The answer must restate the records below word for word.

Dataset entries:
▼▼▼

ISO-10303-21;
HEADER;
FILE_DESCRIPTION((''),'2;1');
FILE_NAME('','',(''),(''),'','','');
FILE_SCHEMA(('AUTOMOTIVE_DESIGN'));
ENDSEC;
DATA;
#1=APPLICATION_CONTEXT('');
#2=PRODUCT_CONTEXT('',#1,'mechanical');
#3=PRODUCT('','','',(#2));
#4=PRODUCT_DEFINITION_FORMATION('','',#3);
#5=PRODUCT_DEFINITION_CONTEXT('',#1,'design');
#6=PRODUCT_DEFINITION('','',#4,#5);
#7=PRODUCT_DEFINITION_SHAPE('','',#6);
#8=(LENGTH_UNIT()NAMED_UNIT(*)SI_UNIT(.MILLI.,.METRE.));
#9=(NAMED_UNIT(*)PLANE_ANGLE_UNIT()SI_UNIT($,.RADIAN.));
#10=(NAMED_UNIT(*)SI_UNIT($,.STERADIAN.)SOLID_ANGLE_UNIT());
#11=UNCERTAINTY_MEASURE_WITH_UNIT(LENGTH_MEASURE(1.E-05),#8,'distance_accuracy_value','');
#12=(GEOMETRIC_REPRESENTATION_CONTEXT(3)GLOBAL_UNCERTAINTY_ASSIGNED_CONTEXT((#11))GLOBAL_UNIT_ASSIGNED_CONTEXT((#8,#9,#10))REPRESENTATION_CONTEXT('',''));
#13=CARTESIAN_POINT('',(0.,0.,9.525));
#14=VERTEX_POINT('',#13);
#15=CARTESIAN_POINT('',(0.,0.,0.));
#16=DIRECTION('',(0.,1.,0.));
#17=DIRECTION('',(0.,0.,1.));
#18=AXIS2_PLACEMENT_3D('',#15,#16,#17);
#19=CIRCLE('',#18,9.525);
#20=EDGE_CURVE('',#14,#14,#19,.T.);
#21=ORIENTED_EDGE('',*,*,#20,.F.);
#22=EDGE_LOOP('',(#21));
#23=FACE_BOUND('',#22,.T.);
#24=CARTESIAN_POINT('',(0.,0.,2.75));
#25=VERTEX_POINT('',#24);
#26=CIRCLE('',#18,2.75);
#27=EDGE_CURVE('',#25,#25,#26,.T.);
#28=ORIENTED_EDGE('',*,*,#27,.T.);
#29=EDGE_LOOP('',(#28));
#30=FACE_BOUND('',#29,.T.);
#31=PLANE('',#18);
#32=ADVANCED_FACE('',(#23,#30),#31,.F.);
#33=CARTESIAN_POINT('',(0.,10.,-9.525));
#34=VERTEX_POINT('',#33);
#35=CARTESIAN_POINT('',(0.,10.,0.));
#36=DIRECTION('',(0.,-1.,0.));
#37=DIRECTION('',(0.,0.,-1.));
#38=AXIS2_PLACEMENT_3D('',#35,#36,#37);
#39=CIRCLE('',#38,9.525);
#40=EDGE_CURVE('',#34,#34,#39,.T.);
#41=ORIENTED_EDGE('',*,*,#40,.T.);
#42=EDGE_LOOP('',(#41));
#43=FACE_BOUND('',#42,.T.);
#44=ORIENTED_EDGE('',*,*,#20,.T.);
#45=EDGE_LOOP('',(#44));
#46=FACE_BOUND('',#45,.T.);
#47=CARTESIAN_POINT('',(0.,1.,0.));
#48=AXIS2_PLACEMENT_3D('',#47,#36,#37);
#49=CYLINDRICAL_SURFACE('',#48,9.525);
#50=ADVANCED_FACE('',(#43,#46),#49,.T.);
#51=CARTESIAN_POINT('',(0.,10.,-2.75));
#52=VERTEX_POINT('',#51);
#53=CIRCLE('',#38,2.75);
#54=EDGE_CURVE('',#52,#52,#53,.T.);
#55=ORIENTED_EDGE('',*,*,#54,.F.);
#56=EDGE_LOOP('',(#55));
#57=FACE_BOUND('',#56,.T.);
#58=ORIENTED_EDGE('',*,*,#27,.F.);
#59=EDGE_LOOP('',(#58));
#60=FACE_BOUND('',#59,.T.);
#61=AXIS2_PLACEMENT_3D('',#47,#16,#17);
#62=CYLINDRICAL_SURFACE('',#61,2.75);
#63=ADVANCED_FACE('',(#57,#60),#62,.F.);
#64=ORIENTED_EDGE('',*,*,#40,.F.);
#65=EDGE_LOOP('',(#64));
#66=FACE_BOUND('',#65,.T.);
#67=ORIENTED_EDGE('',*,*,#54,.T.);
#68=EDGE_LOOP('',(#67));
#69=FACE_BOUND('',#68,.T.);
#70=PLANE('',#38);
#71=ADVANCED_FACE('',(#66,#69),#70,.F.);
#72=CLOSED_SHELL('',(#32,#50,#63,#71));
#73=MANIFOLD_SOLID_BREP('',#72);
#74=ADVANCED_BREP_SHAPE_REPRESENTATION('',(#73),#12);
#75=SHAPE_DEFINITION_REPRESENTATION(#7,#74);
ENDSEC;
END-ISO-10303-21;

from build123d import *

# Parameters (mm, degrees)
SKETCH2_R               = 9.525
BOSS_EXTRUDE1_DEPTH     = 1
M5_CLEARANCE_HOLE1_D    = 5.5
CUT_EXTRUDE1_DEPTH      = 1
CUT_EXTRUDE1_DEPTH_BACK = 2
SKETCH9_R               = 9.525
SKETCH9_R_2             = 2.75
BOSS_EXTRUDE2_DEPTH     = 10


with BuildPart() as part:
    # Sketch2 → Boss-Extrude1 (new body)
    with BuildSketch(Plane(origin=(0, 0, 0), x_dir=(1, 0, 0), z_dir=(0, 1, 0))):
        Circle(SKETCH2_R)
    extrude(amount=BOSS_EXTRUDE1_DEPTH)

    # M5 Clearance Hole1 (through all)
    with Locations(Plane(origin=(0, 1, 0), x_dir=(1, 0, 0), z_dir=(0, 1, 0))):
        with Locations((0, 0)):
            Hole(M5_CLEARANCE_HOLE1_D / 2)

    # Sketch7 → Cut-Extrude1 (cut, two sides)
    with BuildSketch(Plane(origin=(0, 1, 0), x_dir=(1, 0, 0), z_dir=(0, 1, 0))) as cut_extrude1_sk:
        Polygon((3.063849251, 9.018783331), (-3.927822903, 8.677432353), (-3.960317229, 9.342992692), (3.031354925, 9.68434367), align=None)
    extrude(amount=CUT_EXTRUDE1_DEPTH, mode=Mode.SUBTRACT)
    extrude(cut_extrude1_sk.sketch, amount=-CUT_EXTRUDE1_DEPTH_BACK, mode=Mode.SUBTRACT)

    # Sketch9 → Boss-Extrude2 (add)
    with BuildSketch(Plane.XZ):
        Circle(SKETCH9_R)
        Circle(SKETCH9_R_2, mode=Mode.SUBTRACT)
    extrude(amount=-BOSS_EXTRUDE2_DEPTH)


solid = part.part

▲▲▲

§ **Answer space**
ISO-10303-21;
HEADER;
FILE_DESCRIPTION((''),'2;1');
FILE_NAME('','',(''),(''),'','','');
FILE_SCHEMA(('AUTOMOTIVE_DESIGN'));
ENDSEC;
DATA;
#1=APPLICATION_CONTEXT('');
#2=PRODUCT_CONTEXT('',#1,'mechanical');
#3=PRODUCT('','','',(#2));
#4=PRODUCT_DEFINITION_FORMATION('','',#3);
#5=PRODUCT_DEFINITION_CONTEXT('',#1,'design');
#6=PRODUCT_DEFINITION('','',#4,#5);
#7=PRODUCT_DEFINITION_SHAPE('','',#6);
#8=(LENGTH_UNIT()NAMED_UNIT(*)SI_UNIT(.MILLI.,.METRE.));
#9=(NAMED_UNIT(*)PLANE_ANGLE_UNIT()SI_UNIT($,.RADIAN.));
#10=(NAMED_UNIT(*)SI_UNIT($,.STERADIAN.)SOLID_ANGLE_UNIT());
#11=UNCERTAINTY_MEASURE_WITH_UNIT(LENGTH_MEASURE(1.E-05),#8,'distance_accuracy_value','');
#12=(GEOMETRIC_REPRESENTATION_CONTEXT(3)GLOBAL_UNCERTAINTY_ASSIGNED_CONTEXT((#11))GLOBAL_UNIT_ASSIGNED_CONTEXT((#8,#9,#10))REPRESENTATION_CONTEXT('',''));
#13=CARTESIAN_POINT('',(0.,0.,9.525));
#14=VERTEX_POINT('',#13);
#15=CARTESIAN_POINT('',(0.,0.,0.));
#16=DIRECTION('',(0.,1.,0.));
#17=DIRECTION('',(0.,0.,1.));
#18=AXIS2_PLACEMENT_3D('',#15,#16,#17);
#19=CIRCLE('',#18,9.525);
#20=EDGE_CURVE('',#14,#14,#19,.T.);
#21=ORIENTED_EDGE('',*,*,#20,.F.);
#22=EDGE_LOOP('',(#21));
#23=FACE_BOUND('',#22,.T.);
#24=CARTESIAN_POINT('',(0.,0.,2.75));
#25=VERTEX_POINT('',#24);
#26=CIRCLE('',#18,2.75);
#27=EDGE_CURVE('',#25,#25,#26,.T.);
#28=ORIENTED_EDGE('',*,*,#27,.T.);
#29=EDGE_LOOP('',(#28));
#30=FACE_BOUND('',#29,.T.);
#31=PLANE('',#18);
#32=ADVANCED_FACE('',(#23,#30),#31,.F.);
#33=CARTESIAN_POINT('',(0.,10.,-9.525));
#34=VERTEX_POINT('',#33);
#35=CARTESIAN_POINT('',(0.,10.,0.));
#36=DIRECTION('',(0.,-1.,0.));
#37=DIRECTION('',(0.,0.,-1.));
#38=AXIS2_PLACEMENT_3D('',#35,#36,#37);
#39=CIRCLE('',#38,9.525);
#40=EDGE_CURVE('',#34,#34,#39,.T.);
#41=ORIENTED_EDGE('',*,*,#40,.T.);
#42=EDGE_LOOP('',(#41));
#43=FACE_BOUND('',#42,.T.);
#44=ORIENTED_EDGE('',*,*,#20,.T.);
#45=EDGE_LOOP('',(#44));
#46=FACE_BOUND('',#45,.T.);
#47=CARTESIAN_POINT('',(0.,1.,0.));
#48=AXIS2_PLACEMENT_3D('',#47,#36,#37);
#49=CYLINDRICAL_SURFACE('',#48,9.525);
#50=ADVANCED_FACE('',(#43,#46),#49,.T.);
#51=CARTESIAN_POINT('',(0.,10.,-2.75));
#52=VERTEX_POINT('',#51);
#53=CIRCLE('',#38,2.75);
#54=EDGE_CURVE('',#52,#52,#53,.T.);
#55=ORIENTED_EDGE('',*,*,#54,.F.);
#56=EDGE_LOOP('',(#55));
#57=FACE_BOUND('',#56,.T.);
#58=ORIENTED_EDGE('',*,*,#27,.F.);
#59=EDGE_LOOP('',(#58));
#60=FACE_BOUND('',#59,.T.);
#61=AXIS2_PLACEMENT_3D('',#47,#16,#17);
#62=CYLINDRICAL_SURFACE('',#61,2.75);
#63=ADVANCED_FACE('',(#57,#60),#62,.F.);
#64=ORIENTED_EDGE('',*,*,#40,.F.);
#65=EDGE_LOOP('',(#64));
#66=FACE_BOUND('',#65,.T.);
#67=ORIENTED_EDGE('',*,*,#54,.T.);
#68=EDGE_LOOP('',(#67));
#69=FACE_BOUND('',#68,.T.);
#70=PLANE('',#38);
#71=ADVANCED_FACE('',(#66,#69),#70,.F.);
#72=CLOSED_SHELL('',(#32,#50,#63,#71));
#73=MANIFOLD_SOLID_BREP('',#72);
#74=ADVANCED_BREP_SHAPE_REPRESENTATION('',(#73),#12);
#75=SHAPE_DEFINITION_REPRESENTATION(#7,#74);
ENDSEC;
END-ISO-10303-21;

from build123d import *

# Parameters (mm, degrees)
SKETCH2_R               = 9.525
BOSS_EXTRUDE1_DEPTH     = 1
M5_CLEARANCE_HOLE1_D    = 5.5
CUT_EXTRUDE1_DEPTH      = 1
CUT_EXTRUDE1_DEPTH_BACK = 2
SKETCH9_R               = 9.525
SKETCH9_R_2             = 2.75
BOSS_EXTRUDE2_DEPTH     = 10


with BuildPart() as part:
    # Sketch2 → Boss-Extrude1 (new body)
    with BuildSketch(Plane(origin=(0, 0, 0), x_dir=(1, 0, 0), z_dir=(0, 1, 0))):
        Circle(SKETCH2_R)
    extrude(amount=BOSS_EXTRUDE1_DEPTH)

    # M5 Clearance Hole1 (through all)
    with Locations(Plane(origin=(0, 1, 0), x_dir=(1, 0, 0), z_dir=(0, 1, 0))):
        with Locations((0, 0)):
            Hole(M5_CLEARANCE_HOLE1_D / 2)

    # Sketch7 → Cut-Extrude1 (cut, two sides)
    with BuildSketch(Plane(origin=(0, 1, 0), x_dir=(1, 0, 0), z_dir=(0, 1, 0))) as cut_extrude1_sk:
        Polygon((3.063849251, 9.018783331), (-3.927822903, 8.677432353), (-3.960317229, 9.342992692), (3.031354925, 9.68434367), align=None)
    extrude(amount=CUT_EXTRUDE1_DEPTH, mode=Mode.SUBTRACT)
    extrude(cut_extrude1_sk.sketch, amount=-CUT_EXTRUDE1_DEPTH_BACK, mode=Mode.SUBTRACT)

    # Sketch9 → Boss-Extrude2 (add)
    with BuildSketch(Plane.XZ):
        Circle(SKETCH9_R)
        Circle(SKETCH9_R_2, mode=Mode.SUBTRACT)
    extrude(amount=-BOSS_EXTRUDE2_DEPTH)


solid = part.part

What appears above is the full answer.